*Problem*. Extract from the entries below, exactly as given, only the lines from the line containing "#22=CARTESIAN_POINT('',(10.,1.5,0.));" to the line containing "END-ISO-10303-21;", both lines included.

::::

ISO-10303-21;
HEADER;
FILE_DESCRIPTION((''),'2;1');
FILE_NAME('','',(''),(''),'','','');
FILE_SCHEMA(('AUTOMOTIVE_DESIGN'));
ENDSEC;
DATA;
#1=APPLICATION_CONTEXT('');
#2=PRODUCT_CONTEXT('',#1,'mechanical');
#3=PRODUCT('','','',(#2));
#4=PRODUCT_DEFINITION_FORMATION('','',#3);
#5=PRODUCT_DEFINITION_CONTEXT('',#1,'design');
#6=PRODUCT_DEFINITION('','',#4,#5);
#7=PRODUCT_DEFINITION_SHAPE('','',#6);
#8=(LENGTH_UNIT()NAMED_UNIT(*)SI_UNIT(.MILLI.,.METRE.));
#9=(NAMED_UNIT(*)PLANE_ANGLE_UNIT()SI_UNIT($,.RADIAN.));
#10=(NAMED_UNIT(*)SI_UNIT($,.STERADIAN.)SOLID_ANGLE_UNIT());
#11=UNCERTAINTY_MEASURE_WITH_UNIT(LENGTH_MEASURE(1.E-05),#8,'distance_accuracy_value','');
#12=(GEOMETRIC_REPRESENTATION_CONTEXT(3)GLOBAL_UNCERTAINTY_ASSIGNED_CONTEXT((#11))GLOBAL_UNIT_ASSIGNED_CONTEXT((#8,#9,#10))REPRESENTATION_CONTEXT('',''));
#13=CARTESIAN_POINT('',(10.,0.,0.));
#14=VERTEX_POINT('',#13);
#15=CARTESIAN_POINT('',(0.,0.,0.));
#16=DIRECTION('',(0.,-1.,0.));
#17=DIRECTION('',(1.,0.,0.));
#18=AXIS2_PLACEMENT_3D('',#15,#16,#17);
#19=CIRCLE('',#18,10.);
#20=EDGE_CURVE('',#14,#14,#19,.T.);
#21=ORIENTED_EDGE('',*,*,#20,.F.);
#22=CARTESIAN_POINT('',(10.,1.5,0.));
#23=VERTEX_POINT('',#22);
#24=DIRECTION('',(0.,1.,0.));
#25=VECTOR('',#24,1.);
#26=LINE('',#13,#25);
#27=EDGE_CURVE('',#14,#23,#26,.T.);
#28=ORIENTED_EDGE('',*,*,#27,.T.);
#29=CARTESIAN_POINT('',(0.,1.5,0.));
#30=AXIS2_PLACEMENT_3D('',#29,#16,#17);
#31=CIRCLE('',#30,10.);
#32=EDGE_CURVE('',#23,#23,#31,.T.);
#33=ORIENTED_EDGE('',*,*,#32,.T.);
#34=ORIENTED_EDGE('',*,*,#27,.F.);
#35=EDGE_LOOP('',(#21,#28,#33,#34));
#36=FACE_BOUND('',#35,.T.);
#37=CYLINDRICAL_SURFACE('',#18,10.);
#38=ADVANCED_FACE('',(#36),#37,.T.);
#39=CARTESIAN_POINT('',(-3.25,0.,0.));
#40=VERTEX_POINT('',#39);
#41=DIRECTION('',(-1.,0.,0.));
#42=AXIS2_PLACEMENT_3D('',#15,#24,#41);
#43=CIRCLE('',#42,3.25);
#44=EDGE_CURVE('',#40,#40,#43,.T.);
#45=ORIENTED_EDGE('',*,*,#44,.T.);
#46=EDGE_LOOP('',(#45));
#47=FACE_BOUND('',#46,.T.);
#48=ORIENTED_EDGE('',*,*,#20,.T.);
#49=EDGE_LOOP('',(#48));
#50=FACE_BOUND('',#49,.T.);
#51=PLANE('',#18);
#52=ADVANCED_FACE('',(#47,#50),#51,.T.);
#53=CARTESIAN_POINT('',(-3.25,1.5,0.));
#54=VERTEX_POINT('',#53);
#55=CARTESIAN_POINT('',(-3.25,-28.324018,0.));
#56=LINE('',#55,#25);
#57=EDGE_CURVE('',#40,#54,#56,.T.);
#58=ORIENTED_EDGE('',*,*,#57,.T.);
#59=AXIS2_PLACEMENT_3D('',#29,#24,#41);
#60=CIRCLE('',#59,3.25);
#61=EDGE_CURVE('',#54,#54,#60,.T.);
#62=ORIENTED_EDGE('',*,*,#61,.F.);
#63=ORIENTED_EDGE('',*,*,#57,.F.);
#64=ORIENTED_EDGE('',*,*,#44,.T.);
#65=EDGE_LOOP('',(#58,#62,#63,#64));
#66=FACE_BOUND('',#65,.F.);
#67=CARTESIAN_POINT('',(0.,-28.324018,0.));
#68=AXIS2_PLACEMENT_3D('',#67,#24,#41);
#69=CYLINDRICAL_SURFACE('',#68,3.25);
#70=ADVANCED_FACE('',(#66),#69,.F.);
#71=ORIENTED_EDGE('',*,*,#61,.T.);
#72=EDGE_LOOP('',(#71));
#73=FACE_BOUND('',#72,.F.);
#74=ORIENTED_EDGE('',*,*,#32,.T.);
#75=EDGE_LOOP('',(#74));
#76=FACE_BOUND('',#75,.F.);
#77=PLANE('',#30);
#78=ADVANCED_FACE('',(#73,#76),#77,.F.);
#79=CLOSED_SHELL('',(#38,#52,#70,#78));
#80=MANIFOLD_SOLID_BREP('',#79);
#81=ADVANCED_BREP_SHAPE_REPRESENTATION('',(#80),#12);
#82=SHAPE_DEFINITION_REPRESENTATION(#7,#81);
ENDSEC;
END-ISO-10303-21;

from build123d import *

# Parameters (mm, degrees)
F0_R     = 10
F1_DEPTH = 1.5
F2_D     = 6.5


with BuildPart() as f1:
    # F0 (on Front) → F1 (new body)
    with BuildSketch(Plane.XZ):
        Circle(F0_R)
    extrude(amount=-F1_DEPTH)

    # F2 (through all)
    with Locations(Plane.XZ):
        with Locations((0, 0)):
            Hole(F2_D / 2)


solid = f1.part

::::

*Exercise response*.
#22=CARTESIAN_POINT('',(10.,1.5,0.));
#23=VERTEX_POINT('',#22);
#24=DIRECTION('',(0.,1.,0.));
#25=VECTOR('',#24,1.);
#26=LINE('',#13,#25);
#27=EDGE_CURVE('',#14,#23,#26,.T.);
#28=ORIENTED_EDGE('',*,*,#27,.T.);
#29=CARTESIAN_POINT('',(0.,1.5,0.));
#30=AXIS2_PLACEMENT_3D('',#29,#16,#17);
#31=CIRCLE('',#30,10.);
#32=EDGE_CURVE('',#23,#23,#31,.T.);
#33=ORIENTED_EDGE('',*,*,#32,.T.);
#34=ORIENTED_EDGE('',*,*,#27,.F.);
#35=EDGE_LOOP('',(#21,#28,#33,#34));
#36=FACE_BOUND('',#35,.T.);
#37=CYLINDRICAL_SURFACE('',#18,10.);
#38=ADVANCED_FACE('',(#36),#37,.T.);
#39=CARTESIAN_POINT('',(-3.25,0.,0.));
#40=VERTEX_POINT('',#39);
#41=DIRECTION('',(-1.,0.,0.));
#42=AXIS2_PLACEMENT_3D('',#15,#24,#41);
#43=CIRCLE('',#42,3.25);
#44=EDGE_CURVE('',#40,#40,#43,.T.);
#45=ORIENTED_EDGE('',*,*,#44,.T.);
#46=EDGE_LOOP('',(#45));
#47=FACE_BOUND('',#46,.T.);
#48=ORIENTED_EDGE('',*,*,#20,.T.);
#49=EDGE_LOOP('',(#48));
#50=FACE_BOUND('',#49,.T.);
#51=PLANE('',#18);
#52=ADVANCED_FACE('',(#47,#50),#51,.T.);
#53=CARTESIAN_POINT('',(-3.25,1.5,0.));
#54=VERTEX_POINT('',#53);
#55=CARTESIAN_POINT('',(-3.25,-28.324018,0.));
#56=LINE('',#55,#25);
#57=EDGE_CURVE('',#40,#54,#56,.T.);
#58=ORIENTED_EDGE('',*,*,#57,.T.);
#59=AXIS2_PLACEMENT_3D('',#29,#24,#41);
#60=CIRCLE('',#59,3.25);
#61=EDGE_CURVE('',#54,#54,#60,.T.);
#62=ORIENTED_EDGE('',*,*,#61,.F.);
#63=ORIENTED_EDGE('',*,*,#57,.F.);
#64=ORIENTED_EDGE('',*,*,#44,.T.);
#65=EDGE_LOOP('',(#58,#62,#63,#64));
#66=FACE_BOUND('',#65,.F.);
#67=CARTESIAN_POINT('',(0.,-28.324018,0.));
#68=AXIS2_PLACEMENT_3D('',#67,#24,#41);
#69=CYLINDRICAL_SURFACE('',#68,3.25);
#70=ADVANCED_FACE('',(#66),#69,.F.);
#71=ORIENTED_EDGE('',*,*,#61,.T.);
#72=EDGE_LOOP('',(#71));
#73=FACE_BOUND('',#72,.F.);
#74=ORIENTED_EDGE('',*,*,#32,.T.);
#75=EDGE_LOOP('',(#74));
#76=FACE_BOUND('',#75,.F.);
#77=PLANE('',#30);
#78=ADVANCED_FACE('',(#73,#76),#77,.F.);
#79=CLOSED_SHELL('',(#38,#52,#70,#78));
#80=MANIFOLD_SOLID_BREP('',#79);
#81=ADVANCED_BREP_SHAPE_REPRESENTATION('',(#80),#12);
#82=SHAPE_DEFINITION_REPRESENTATION(#7,#81);
ENDSEC;
END-ISO-10303-21;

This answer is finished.